Numerical Analysis - Synthetic Analysis

Question

I have been working on this homework problem for 2 hours, having thought it was pretty simple, and its really annoying me.

I am given two operators and a function f(x) that is five times differentiable on some interval. $$\alpha f(x)=f(x+h/2) - f(x-h/2)$$ And $$\beta f(x) = 1/2(f(x+h/2) + f(x-h/2))$$ I am asked to prove that $$\beta\alpha^3f(x) = h^2/2(f''(x+h) - f''(x-h)) + O(h^5))$$

I believe we are working with equispaced points, where $\delta x = h$. Possibly relevant equations: At a fixed point $$(1) f''(x) ~ 1/4h^2(\alpha^2)f(x)) = f''(x) + O(h^2)$$ $$ (2) f''(x_v) ~ \frac{f_{v+1}(x) - 2f_v(x) + f_{v-1}(x)}{h^2} = f'(x_v) + O(h^2)$$ (Where $f_v(x) = f(x_0 + vh)$)

Attempted Solution: $$\alpha f(x) = f(x + h/2) - f(x-h/2)$$ $$\alpha^2f(x) = f(x + h) - f(x) - f(x) +f(x-h)$$ $$\alpha^3f(x) = f(x+3h/2) -2f(x + h/2) + f(x-h/2) -f(x+h/2) +2f(x-h/2) - f(x - 3h/2)$$ $$\beta\alpha^3f(x) = 1/2( [f(x+2h) -2f(x +h) + f(x) -f(x+h) +2f(x) -f(x-h)] - [f(x+h) -2f(x) + f(x-h) -f(x) + 2f(x-h) -f(x-2h)]) = 1/2(f(x+2h) -5f(x+h) +5f(x) -5f(x-h) -f(x-2h))$$ I may be a bit off with the expression--every time I work through it, I seem to get different solution.

After expanding it out, I can't seem to get it to fit the equation Im proving.
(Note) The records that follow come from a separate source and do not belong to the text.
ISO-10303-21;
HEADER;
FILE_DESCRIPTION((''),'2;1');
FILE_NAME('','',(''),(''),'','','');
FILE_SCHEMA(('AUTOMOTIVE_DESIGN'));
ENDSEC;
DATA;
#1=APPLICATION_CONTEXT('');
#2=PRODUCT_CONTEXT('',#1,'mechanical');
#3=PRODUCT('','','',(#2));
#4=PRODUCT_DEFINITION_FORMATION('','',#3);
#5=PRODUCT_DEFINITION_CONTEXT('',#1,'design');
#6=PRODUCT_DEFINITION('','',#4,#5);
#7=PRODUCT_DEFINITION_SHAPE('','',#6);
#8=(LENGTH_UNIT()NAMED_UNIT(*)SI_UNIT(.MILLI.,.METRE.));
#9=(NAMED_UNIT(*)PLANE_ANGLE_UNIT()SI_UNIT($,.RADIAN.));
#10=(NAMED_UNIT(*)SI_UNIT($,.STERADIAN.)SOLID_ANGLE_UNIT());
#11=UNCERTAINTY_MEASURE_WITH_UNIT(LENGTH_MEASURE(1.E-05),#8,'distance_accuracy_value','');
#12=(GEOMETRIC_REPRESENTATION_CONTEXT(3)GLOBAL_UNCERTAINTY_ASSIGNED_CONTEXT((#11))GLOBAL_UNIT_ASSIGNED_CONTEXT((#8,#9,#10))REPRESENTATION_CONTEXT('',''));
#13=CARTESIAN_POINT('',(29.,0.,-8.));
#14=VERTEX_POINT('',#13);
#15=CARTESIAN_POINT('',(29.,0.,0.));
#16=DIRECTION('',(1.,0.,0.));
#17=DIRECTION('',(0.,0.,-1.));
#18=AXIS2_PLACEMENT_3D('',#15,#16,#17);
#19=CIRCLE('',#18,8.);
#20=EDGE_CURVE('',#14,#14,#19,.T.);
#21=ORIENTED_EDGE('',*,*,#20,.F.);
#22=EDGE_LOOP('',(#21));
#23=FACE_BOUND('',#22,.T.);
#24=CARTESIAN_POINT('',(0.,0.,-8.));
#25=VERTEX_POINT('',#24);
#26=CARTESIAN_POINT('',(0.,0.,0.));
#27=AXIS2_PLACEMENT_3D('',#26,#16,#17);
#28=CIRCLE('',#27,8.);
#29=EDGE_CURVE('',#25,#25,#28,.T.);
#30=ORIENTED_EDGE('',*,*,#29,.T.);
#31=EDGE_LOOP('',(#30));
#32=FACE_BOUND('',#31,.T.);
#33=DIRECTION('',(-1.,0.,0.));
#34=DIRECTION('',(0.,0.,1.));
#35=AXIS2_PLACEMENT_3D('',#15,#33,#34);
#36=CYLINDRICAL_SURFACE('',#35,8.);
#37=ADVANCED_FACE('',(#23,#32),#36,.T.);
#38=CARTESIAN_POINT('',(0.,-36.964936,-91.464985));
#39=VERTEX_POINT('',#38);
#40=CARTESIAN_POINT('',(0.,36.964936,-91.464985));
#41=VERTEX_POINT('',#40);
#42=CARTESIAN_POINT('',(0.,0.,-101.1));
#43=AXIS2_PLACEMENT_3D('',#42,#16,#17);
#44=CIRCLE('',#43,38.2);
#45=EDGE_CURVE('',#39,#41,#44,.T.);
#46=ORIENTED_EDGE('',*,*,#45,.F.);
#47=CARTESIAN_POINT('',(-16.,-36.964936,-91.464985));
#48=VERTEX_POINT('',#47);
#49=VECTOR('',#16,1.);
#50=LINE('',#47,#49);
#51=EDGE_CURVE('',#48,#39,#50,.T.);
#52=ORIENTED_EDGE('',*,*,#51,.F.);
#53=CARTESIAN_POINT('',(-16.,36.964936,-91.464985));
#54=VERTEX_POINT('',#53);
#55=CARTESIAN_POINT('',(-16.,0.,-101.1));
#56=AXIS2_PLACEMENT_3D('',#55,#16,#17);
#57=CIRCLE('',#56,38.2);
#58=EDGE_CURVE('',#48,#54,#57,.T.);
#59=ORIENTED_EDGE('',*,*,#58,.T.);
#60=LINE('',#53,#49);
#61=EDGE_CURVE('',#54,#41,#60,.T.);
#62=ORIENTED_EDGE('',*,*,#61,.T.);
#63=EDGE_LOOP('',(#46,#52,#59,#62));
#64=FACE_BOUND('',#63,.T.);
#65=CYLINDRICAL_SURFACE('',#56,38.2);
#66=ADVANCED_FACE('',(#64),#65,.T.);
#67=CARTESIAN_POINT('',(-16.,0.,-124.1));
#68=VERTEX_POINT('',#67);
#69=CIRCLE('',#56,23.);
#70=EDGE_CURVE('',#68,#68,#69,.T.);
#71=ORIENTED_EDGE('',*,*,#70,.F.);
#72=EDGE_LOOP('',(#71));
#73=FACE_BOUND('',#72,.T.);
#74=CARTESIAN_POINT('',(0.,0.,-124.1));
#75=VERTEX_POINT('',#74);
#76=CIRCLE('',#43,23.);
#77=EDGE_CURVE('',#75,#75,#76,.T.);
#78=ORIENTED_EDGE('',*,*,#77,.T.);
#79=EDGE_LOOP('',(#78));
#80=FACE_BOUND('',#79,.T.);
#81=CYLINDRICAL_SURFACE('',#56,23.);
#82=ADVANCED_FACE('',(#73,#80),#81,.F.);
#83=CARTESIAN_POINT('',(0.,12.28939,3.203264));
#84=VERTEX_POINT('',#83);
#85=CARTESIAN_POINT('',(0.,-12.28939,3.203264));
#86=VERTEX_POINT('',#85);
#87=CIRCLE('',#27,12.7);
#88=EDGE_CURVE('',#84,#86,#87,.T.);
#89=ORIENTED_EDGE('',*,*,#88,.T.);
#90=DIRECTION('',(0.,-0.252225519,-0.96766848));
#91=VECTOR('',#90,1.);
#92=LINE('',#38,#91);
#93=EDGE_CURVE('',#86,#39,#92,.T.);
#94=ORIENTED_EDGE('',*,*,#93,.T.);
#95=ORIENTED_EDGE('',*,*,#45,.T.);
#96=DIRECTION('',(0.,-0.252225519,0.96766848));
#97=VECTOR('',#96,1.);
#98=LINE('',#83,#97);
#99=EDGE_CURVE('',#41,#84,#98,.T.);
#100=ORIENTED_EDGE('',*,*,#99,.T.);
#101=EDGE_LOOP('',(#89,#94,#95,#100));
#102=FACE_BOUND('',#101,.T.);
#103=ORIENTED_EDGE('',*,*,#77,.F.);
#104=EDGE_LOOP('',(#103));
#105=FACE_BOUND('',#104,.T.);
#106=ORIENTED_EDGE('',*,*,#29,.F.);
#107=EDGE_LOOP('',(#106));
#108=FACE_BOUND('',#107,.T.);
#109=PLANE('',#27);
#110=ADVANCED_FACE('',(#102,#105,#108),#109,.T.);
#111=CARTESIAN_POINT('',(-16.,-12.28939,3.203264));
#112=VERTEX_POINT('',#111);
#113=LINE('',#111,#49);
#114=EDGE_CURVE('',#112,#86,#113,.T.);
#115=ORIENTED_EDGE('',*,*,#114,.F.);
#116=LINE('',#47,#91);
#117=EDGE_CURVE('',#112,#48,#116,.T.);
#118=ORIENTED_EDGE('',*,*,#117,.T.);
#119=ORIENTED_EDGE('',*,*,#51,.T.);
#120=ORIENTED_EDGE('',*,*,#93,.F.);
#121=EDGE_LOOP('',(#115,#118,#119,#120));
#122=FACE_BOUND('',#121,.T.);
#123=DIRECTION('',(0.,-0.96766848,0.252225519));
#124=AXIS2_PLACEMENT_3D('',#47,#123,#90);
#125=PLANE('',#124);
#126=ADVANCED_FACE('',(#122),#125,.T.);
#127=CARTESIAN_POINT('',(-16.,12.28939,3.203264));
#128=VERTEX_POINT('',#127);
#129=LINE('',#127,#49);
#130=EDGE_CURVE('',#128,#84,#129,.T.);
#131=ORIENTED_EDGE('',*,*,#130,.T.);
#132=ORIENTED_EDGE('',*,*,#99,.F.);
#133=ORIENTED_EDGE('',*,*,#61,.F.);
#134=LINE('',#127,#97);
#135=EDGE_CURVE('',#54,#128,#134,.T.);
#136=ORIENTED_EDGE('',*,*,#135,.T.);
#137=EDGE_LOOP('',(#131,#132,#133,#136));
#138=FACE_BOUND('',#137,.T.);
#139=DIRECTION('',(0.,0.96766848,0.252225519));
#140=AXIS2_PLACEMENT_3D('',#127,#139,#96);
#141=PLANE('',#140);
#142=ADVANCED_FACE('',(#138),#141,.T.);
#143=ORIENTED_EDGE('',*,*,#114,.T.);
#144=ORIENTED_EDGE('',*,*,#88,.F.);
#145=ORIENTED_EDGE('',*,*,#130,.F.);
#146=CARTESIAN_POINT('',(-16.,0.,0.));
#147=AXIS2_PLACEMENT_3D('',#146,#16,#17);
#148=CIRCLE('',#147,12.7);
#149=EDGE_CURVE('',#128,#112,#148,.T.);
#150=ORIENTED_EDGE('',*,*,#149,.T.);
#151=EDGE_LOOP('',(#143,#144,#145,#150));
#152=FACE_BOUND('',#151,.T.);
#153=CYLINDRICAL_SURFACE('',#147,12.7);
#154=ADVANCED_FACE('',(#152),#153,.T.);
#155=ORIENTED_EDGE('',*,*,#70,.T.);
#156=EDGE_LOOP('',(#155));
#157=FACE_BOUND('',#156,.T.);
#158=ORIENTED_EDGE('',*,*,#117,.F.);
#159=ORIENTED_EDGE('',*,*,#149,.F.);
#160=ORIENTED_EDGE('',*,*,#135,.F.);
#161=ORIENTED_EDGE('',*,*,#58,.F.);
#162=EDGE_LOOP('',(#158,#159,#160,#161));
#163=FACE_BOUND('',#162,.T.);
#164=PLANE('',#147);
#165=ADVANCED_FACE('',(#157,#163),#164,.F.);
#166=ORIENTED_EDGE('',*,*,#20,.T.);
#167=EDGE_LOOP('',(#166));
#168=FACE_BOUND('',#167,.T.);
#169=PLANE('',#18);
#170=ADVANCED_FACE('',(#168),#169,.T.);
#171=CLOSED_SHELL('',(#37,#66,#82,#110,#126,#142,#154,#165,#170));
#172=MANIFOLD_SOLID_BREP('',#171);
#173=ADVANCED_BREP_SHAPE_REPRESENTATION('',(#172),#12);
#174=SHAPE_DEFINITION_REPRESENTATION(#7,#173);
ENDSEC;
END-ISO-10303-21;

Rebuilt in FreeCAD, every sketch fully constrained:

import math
import FreeCAD as App
import Part
import Sketcher
from FreeCAD import Vector
Q = App.Units.Quantity

doc = App.newDocument("Part")
body = doc.addObject("PartDesign::Body", "Body")

# Sketch on YZ plane
sketch1 = body.newObject("Sketcher::SketchObject", "Sketch")
sketch1.AttachmentSupport = (doc.getObject("YZ_Plane"), [""])
sketch1.MapMode = "FlatFace"
sketch1.addGeometry(Part.LineSegment(Vector(37, -91, 0), Vector(12, 3, 0)), False)
sketch1.addGeometry(Part.ArcOfCircle(Part.Circle(Vector(0, 0, 0), Vector(0, 0, 1), 13), math.radians(15), math.radians(165)), False)
sketch1.addGeometry(Part.LineSegment(Vector(-12, 3, 0), Vector(-37, -91, 0)), False)
sketch1.addGeometry(Part.ArcOfCircle(Part.Circle(Vector(0, -101, 0), Vector(0, 0, 1), 38), math.radians(165), math.radians(375)), False)
sketch1.addConstraint(Sketcher.Constraint("Tangent", 0, 2, 1, 1))
sketch1.addConstraint(Sketcher.Constraint("Tangent", 1, 2, 2, 1))
sketch1.addConstraint(Sketcher.Constraint("Tangent", 2, 2, 3, 1))
sketch1.addConstraint(Sketcher.Constraint("Tangent", 3, 2, 0, 1))
sketch1.addConstraint(Sketcher.Constraint("Coincident", 1, 3, -1, 1))
sketch1.addConstraint(Sketcher.Constraint("PointOnObject", 3, 3, -2))
sketch1.addConstraint(Sketcher.Constraint("Radius", 1, Q("12.7 mm")))
sketch1.addConstraint(Sketcher.Constraint("Radius", 3, Q("38.2 mm")))
sketch1.addConstraint(Sketcher.Constraint("DistanceY", 3, 3, -1, 1, Q("101.1 mm")))
pad1 = body.newObject("PartDesign::Pad", "Pad")
pad1.Profile = sketch1
pad1.Length = 16
pad1.Reversed = True

# Sketch on YZ plane
sketch2 = body.newObject("Sketcher::SketchObject", "Sketch001")
sketch2.AttachmentSupport = (doc.getObject("YZ_Plane"), [""])
sketch2.MapMode = "FlatFace"
sketch2.addGeometry(Part.Circle(Vector(0, 0, 0), Vector(0, 0, 1), 8), False)
sketch2.addConstraint(Sketcher.Constraint("Coincident", 0, 3, -1, 1))
sketch2.addConstraint(Sketcher.Constraint("Diameter", 0, Q("16 mm")))
pad2 = body.newObject("PartDesign::Pad", "Pad001")
pad2.Profile = sketch2
pad2.Length = 29

# Sketch on YZ plane
sketch3 = body.newObject("Sketcher::SketchObject", "Sketch002")
sketch3.AttachmentSupport = (doc.getObject("YZ_Plane"), [""])
sketch3.MapMode = "FlatFace"
sketch3.addGeometry(Part.Circle(Vector(0, -101, 0), Vector(0, 0, 1), 23), False)
sketch3.addConstraint(Sketcher.Constraint("PointOnObject", 0, 3, -2))
sketch3.addConstraint(Sketcher.Constraint("Diameter", 0, Q("46 mm")))
sketch3.addConstraint(Sketcher.Constraint("DistanceY", 0, 3, -1, 1, Q("101.1 mm")))
pocket1 = body.newObject("PartDesign::Pocket", "Pocket")
pocket1.Profile = sketch3
pocket1.Length = 16

doc.recompute()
The main reason is 1. The formula (1) for f''(x+h) requires a term f(x+3h). You cannot get it from the operators. Formula (2) you do not need that term, but I cannot get it to work out.

2. How on earth do I get orders of $h^5$ as the error? I understand getting $O(h^4)$--that follows directly from factoring out $h^2$ when substituting in f''(x).

Answer 1

Define the translation operator $$(\tau f)(x)=f(x+h/2)\implies(\tau^n f)(x)=f(x+nh/2).$$ Then $α=τ-τ^{-1}$ and $β=\frac12(τ+τ^{-1})$ so that by the binomial theorem \begin{align} βα^3&=(αβ)α^2=\frac12(τ^2-τ^{-2})α^2\\ \end{align}

By Taylor expansion $τ=\exp(hD/2)$, where $D$ is the differentiation operator, so that $α=2\sinh(hD/2)$. Thus $$ α^2=4\sinh^2(hD/2)=2(\cosh(hD)-1)=h^2D^2+\frac1{24}h^4D^4+... $$ so that finally $$ (βα^3f)(x)=\frac{h^2}2[f''(x+h)-f''(x-h)]+\frac{h^4}{48}[f^{(4)}(x+h)-f^{(4)}(x-h)]+O(h^6) $$ The second term is $O(h^5)$ by the mean value theorem.